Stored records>
# # # #

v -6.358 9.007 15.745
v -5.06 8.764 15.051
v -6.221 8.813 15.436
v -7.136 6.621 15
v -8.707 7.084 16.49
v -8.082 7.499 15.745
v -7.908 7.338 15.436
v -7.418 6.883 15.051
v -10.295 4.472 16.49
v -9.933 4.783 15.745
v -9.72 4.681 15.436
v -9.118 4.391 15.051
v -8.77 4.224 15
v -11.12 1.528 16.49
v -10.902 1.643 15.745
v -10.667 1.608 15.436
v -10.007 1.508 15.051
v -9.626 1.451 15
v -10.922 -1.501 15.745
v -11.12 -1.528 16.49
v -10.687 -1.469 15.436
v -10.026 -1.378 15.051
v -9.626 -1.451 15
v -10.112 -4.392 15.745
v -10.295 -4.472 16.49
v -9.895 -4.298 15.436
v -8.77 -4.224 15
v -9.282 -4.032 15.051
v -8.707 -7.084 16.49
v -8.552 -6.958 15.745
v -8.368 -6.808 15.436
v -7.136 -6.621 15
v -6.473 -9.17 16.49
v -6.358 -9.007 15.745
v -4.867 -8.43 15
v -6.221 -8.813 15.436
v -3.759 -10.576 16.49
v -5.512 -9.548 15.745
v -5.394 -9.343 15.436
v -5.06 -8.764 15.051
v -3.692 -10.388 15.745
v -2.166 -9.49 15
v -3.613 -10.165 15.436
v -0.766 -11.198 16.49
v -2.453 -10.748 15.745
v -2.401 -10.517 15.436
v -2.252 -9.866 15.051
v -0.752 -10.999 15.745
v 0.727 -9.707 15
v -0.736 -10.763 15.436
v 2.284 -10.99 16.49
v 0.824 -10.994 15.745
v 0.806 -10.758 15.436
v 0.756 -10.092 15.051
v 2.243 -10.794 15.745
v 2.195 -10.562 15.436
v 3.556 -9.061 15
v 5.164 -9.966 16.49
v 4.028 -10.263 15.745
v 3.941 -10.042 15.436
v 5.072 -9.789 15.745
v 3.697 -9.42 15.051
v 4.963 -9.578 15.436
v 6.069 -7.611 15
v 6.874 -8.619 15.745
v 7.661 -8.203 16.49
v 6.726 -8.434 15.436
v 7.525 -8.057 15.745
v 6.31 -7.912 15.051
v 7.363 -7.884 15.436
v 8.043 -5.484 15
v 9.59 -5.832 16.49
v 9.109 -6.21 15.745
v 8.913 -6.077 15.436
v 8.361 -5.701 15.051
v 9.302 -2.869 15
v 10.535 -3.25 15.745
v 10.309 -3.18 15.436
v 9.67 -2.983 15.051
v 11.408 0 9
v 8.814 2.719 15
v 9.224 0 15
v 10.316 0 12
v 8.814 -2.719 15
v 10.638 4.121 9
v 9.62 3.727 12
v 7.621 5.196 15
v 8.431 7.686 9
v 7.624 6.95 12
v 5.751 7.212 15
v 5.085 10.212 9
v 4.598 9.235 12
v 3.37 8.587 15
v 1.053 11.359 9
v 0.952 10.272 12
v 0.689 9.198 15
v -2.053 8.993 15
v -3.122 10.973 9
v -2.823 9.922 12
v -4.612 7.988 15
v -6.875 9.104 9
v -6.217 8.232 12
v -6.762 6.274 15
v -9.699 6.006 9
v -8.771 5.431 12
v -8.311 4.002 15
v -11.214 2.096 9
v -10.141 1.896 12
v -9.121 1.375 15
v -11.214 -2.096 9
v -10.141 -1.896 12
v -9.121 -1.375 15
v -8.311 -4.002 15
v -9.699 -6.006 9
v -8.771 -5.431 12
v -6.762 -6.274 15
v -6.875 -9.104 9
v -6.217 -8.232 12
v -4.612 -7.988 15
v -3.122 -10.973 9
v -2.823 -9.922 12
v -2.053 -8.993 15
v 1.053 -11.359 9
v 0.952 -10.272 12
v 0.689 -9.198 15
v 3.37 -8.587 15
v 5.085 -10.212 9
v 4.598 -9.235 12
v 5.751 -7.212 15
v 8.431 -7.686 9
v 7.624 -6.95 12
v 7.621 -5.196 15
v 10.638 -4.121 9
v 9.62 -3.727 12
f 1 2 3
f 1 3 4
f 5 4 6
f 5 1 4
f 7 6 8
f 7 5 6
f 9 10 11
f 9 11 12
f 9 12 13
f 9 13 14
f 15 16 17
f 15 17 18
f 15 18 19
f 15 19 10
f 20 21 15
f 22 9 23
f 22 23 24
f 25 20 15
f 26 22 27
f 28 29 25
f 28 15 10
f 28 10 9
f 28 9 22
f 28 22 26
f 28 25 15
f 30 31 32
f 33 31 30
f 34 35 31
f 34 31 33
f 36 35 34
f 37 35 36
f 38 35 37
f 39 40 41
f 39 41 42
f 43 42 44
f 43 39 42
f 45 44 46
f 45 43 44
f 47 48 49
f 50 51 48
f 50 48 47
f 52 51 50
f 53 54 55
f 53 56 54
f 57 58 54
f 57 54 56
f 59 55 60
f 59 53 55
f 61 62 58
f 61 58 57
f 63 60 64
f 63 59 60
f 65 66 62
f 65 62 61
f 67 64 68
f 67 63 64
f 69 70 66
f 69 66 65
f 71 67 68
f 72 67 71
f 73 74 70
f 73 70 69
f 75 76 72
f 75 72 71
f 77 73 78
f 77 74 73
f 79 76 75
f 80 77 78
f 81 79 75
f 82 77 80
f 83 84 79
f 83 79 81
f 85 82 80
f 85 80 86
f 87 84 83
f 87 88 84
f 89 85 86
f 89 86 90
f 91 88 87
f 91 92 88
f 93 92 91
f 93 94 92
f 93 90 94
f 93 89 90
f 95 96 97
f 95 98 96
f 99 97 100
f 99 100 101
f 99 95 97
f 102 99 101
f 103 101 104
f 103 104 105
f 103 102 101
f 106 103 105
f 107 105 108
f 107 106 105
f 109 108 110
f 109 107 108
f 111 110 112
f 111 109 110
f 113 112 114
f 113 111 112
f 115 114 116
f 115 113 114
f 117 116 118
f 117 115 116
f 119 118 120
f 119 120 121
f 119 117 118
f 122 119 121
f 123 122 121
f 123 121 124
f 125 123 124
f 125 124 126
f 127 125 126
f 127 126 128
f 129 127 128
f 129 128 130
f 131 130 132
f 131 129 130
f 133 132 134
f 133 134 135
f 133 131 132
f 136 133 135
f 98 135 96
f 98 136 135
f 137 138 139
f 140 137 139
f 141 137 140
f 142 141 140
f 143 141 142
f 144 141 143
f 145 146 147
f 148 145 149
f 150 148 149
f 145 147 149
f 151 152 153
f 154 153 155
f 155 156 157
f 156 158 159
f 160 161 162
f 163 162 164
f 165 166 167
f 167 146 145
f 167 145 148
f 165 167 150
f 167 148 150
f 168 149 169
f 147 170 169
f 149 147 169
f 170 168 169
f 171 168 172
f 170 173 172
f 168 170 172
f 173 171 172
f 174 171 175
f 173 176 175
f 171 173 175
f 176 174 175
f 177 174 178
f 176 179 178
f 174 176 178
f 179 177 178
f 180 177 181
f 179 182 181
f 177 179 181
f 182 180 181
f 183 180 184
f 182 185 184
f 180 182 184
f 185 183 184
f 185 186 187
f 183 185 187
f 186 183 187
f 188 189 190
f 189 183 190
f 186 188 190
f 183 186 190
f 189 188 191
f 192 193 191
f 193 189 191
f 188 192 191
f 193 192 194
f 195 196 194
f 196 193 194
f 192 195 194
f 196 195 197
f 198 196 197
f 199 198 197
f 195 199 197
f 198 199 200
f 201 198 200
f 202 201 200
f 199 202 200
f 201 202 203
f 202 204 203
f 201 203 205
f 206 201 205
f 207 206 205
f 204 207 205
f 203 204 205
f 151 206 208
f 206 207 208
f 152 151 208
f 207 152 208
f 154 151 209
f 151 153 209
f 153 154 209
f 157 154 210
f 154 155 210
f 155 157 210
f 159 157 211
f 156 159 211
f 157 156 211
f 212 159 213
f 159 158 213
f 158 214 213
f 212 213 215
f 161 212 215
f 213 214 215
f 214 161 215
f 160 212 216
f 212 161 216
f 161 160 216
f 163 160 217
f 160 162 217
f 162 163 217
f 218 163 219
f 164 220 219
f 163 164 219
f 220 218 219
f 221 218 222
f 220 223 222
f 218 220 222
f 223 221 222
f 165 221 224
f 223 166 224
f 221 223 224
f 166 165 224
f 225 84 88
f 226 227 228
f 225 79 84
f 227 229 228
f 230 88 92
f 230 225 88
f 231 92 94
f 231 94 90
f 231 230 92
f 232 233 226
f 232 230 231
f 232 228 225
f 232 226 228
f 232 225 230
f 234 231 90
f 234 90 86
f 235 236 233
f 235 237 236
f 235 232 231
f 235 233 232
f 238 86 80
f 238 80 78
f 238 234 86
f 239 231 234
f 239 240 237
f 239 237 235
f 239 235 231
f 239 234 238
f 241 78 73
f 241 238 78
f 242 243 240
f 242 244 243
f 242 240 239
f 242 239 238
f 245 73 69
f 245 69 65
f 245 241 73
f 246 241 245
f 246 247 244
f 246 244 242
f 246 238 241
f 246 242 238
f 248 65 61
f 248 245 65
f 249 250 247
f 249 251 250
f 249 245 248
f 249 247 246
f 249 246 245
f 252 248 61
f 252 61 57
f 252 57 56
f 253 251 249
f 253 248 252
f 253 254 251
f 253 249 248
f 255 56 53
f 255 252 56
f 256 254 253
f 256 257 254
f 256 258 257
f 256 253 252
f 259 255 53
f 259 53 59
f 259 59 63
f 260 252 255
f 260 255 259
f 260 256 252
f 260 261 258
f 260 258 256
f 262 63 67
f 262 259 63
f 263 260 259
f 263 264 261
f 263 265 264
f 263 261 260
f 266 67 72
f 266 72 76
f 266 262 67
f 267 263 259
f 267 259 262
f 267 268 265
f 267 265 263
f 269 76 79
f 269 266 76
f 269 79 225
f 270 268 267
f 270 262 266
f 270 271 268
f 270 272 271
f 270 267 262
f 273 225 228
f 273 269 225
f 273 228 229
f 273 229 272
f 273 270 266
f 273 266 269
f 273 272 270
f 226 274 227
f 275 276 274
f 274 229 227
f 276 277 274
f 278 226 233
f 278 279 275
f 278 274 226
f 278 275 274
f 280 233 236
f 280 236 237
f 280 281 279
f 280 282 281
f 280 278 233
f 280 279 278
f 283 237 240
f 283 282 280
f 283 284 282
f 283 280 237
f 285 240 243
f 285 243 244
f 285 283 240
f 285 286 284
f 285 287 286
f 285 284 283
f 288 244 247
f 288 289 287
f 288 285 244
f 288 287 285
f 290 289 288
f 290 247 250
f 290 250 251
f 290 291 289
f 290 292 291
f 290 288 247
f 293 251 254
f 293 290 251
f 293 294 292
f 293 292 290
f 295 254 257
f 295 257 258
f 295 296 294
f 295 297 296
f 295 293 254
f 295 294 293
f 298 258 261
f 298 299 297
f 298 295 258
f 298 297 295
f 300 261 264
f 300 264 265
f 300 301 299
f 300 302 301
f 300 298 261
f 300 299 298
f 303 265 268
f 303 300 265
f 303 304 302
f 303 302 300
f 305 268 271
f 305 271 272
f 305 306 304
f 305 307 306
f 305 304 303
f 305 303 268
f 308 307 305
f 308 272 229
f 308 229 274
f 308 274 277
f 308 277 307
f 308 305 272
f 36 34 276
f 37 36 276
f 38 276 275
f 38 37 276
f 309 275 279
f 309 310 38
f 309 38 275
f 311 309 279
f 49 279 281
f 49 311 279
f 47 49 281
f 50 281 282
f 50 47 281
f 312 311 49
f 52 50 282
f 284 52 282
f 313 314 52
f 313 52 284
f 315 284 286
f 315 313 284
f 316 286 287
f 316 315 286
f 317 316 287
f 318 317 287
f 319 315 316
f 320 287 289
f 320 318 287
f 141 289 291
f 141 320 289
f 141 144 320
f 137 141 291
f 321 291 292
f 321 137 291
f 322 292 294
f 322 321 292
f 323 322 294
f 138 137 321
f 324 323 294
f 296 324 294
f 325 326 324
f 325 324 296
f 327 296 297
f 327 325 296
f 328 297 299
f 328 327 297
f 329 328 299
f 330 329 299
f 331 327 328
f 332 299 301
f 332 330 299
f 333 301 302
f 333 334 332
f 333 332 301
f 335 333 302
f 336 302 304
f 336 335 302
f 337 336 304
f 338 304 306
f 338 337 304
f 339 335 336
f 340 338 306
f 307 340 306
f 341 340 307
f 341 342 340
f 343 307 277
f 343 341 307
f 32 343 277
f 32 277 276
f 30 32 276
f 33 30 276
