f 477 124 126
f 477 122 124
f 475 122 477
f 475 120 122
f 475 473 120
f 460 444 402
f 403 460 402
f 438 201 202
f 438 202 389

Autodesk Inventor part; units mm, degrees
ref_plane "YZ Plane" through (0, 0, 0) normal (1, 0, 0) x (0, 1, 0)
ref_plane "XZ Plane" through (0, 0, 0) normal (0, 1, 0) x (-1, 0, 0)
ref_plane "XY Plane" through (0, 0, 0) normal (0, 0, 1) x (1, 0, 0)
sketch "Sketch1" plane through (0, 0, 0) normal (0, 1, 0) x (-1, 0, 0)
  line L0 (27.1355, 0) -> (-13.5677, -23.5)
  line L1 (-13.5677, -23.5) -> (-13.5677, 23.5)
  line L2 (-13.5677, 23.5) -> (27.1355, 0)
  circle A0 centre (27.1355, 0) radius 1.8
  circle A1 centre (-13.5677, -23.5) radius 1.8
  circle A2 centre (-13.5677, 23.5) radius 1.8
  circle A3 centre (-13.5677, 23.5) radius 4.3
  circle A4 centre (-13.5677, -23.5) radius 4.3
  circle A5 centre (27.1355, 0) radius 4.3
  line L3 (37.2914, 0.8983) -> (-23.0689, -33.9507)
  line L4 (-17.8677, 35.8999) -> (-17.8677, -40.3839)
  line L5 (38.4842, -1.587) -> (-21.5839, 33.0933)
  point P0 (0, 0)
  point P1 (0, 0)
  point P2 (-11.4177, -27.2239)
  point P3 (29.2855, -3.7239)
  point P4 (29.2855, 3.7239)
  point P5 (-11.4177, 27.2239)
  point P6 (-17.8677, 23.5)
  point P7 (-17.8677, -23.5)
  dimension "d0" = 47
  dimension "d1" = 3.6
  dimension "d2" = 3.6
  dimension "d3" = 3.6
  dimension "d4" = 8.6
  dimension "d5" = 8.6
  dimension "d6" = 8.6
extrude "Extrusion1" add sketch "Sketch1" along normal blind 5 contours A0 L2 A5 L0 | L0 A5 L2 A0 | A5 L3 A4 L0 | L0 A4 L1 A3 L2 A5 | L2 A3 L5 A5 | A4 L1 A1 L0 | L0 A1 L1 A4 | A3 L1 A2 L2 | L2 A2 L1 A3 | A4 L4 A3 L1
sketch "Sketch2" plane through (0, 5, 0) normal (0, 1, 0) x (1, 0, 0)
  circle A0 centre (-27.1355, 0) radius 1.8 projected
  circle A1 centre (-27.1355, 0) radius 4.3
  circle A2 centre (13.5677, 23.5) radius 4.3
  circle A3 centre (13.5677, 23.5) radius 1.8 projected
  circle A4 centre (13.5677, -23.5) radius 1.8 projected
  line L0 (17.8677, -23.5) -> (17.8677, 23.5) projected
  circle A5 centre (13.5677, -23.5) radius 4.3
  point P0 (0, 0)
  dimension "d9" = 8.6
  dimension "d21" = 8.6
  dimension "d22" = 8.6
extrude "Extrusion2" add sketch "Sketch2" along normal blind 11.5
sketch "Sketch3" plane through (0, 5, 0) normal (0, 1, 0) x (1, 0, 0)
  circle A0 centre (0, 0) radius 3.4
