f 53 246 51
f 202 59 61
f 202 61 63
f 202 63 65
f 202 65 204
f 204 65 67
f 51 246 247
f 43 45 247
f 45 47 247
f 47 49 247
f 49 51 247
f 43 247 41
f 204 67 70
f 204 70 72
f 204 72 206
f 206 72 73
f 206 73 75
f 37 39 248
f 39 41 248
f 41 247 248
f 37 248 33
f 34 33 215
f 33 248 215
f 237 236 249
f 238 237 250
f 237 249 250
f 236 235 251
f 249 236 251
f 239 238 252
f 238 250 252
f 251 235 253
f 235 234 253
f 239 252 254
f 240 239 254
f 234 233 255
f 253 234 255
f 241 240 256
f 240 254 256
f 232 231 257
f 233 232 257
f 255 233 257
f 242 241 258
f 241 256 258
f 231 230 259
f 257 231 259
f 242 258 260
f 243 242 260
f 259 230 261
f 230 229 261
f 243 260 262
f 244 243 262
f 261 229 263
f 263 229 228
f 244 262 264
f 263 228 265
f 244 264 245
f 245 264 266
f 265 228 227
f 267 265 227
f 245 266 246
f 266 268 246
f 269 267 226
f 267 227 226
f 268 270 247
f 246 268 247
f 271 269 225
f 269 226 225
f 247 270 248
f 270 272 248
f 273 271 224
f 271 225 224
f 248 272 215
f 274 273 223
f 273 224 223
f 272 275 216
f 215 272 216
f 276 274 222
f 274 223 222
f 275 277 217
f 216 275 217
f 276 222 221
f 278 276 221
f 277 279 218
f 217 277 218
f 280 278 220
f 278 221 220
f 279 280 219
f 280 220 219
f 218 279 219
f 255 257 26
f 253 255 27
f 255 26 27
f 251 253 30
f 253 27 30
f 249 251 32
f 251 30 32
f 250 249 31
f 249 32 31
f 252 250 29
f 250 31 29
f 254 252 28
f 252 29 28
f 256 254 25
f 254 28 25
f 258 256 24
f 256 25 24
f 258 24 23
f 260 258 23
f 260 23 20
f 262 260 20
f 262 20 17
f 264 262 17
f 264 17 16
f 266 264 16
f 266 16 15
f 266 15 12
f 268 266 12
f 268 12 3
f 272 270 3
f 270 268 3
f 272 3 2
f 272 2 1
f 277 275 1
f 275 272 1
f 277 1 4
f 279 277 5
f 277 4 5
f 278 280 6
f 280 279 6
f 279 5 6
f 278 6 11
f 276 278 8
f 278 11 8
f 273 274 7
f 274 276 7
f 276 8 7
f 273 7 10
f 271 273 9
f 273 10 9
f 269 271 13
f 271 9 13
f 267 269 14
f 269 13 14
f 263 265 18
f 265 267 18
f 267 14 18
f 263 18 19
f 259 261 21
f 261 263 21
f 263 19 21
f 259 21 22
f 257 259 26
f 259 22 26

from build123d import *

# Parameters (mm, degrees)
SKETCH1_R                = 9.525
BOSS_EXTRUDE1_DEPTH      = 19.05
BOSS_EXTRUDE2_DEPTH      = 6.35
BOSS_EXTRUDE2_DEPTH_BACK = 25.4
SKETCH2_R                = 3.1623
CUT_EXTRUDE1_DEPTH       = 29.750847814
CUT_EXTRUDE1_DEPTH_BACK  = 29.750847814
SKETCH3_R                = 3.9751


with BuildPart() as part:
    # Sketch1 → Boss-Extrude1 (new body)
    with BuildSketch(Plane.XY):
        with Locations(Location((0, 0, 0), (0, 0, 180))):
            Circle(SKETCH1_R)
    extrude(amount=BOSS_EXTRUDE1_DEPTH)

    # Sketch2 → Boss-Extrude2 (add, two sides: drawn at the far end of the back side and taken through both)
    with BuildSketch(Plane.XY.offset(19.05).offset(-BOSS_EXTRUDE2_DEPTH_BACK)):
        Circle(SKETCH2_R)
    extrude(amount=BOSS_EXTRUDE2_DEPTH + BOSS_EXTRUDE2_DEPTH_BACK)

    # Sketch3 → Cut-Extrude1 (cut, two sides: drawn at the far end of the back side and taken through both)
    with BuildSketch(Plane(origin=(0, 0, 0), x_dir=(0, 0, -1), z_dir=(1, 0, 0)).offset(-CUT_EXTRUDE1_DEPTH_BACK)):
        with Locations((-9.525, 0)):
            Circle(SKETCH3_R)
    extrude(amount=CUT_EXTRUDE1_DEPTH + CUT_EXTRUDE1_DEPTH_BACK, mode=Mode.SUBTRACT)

# # # #

EXERCISE DESCRIPTION> Could you write out exactly the lines above, starting at the first one and ending with the line that has "v -2.166 -9.49 15"?

SOLUTION BELOW>
v -6.358 9.007 15.745
v -5.06 8.764 15.051
v -6.221 8.813 15.436
v -7.136 6.621 15
v -8.707 7.084 16.49
v -8.082 7.499 15.745
v -7.908 7.338 15.436
v -7.418 6.883 15.051
v -10.295 4.472 16.49
v -9.933 4.783 15.745
v -9.72 4.681 15.436
v -9.118 4.391 15.051
v -8.77 4.224 15
v -11.12 1.528 16.49
v -10.902 1.643 15.745
v -10.667 1.608 15.436
v -10.007 1.508 15.051
v -9.626 1.451 15
v -10.922 -1.501 15.745
v -11.12 -1.528 16.49
v -10.687 -1.469 15.436
v -10.026 -1.378 15.051
v -9.626 -1.451 15
v -10.112 -4.392 15.745
v -10.295 -4.472 16.49
v -9.895 -4.298 15.436
v -8.77 -4.224 15
v -9.282 -4.032 15.051
v -8.707 -7.084 16.49
v -8.552 -6.958 15.745
v -8.368 -6.808 15.436
v -7.136 -6.621 15
v -6.473 -9.17 16.49
v -6.358 -9.007 15.745
v -4.867 -8.43 15
v -6.221 -8.813 15.436
v -3.759 -10.576 16.49
v -5.512 -9.548 15.745
v -5.394 -9.343 15.436
v -5.06 -8.764 15.051
v -3.692 -10.388 15.745
v -2.166 -9.49 15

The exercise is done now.